The liver is a multi-lobular organ located in the upper abdomen which is critical for many physiological processes such as detoxification of the organism, lipid, and cholesterol homeostasis, and the synthesis of proteins and biochemicals necessary for digestion and growth. (1)

Liver failure is a life-threatening global health problem, and a liver transplant might be the only option when irreversible.


Although significant progress has been made in liver transplantation over the past few years, donor organ scarcity remains a critical limitation and accounts for a large proportion of waitlist mortality.

Thus, other alternatives are being investigated. 3D bioprinting is an emerging technology that uses additive manufacturing technologies to assemble multiple cell types with other biomaterials to create functional 3D constructs layer-by-layer. With bioprinting's arrival, several bioartificial livers models have been developed from functional liver tissue to living mini-organs, playing an essential role in the mechanistic understanding of liver biology interactions in healthy and pathological states and providing therapeutic development for liver diseases. (2)

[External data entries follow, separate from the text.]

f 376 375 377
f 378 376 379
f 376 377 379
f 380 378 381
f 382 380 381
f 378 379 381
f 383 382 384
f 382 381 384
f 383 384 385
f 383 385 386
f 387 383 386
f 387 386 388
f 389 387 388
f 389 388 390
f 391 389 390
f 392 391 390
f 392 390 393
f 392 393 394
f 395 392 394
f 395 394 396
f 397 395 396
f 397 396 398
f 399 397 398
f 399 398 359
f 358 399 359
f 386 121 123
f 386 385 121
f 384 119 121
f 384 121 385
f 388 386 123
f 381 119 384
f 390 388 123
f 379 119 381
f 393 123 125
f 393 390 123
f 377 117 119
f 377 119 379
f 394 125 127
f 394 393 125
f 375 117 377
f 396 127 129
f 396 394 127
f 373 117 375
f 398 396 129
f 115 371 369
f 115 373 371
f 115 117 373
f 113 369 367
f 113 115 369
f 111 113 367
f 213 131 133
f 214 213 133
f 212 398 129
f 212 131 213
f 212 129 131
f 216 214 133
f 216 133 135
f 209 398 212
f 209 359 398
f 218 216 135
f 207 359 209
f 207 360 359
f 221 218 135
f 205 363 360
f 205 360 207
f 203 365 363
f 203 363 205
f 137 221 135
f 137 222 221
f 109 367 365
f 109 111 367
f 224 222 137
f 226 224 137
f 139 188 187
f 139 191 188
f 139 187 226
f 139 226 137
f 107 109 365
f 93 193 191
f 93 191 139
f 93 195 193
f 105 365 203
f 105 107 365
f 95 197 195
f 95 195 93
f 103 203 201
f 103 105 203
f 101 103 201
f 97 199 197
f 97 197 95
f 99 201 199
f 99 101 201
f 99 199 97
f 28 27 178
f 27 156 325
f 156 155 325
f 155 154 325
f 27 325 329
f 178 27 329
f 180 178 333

We illustrate some advances in tissue engineering to understand liver physiopathology. In the future, those advances might help to compensate for the lack of alternatives in treating liver diseases and the need for transplantation.


3D-printed liver tissues

In a study published by H. Kizawa and colleagues, the researchers used cryopreserved hepatocytes to form spheroid culture. Then they cultivated those spheroids in a perfusion chamber until they fused and formed hepatic tissue. They removed the obtained tissues, cultivated them separately, and analyzed functional markers (3). They demonstrated that the bio-printed liver tissue could maintain the active metabolism of drugs, glucose, lipids, and bile acid for several weeks (fig.1).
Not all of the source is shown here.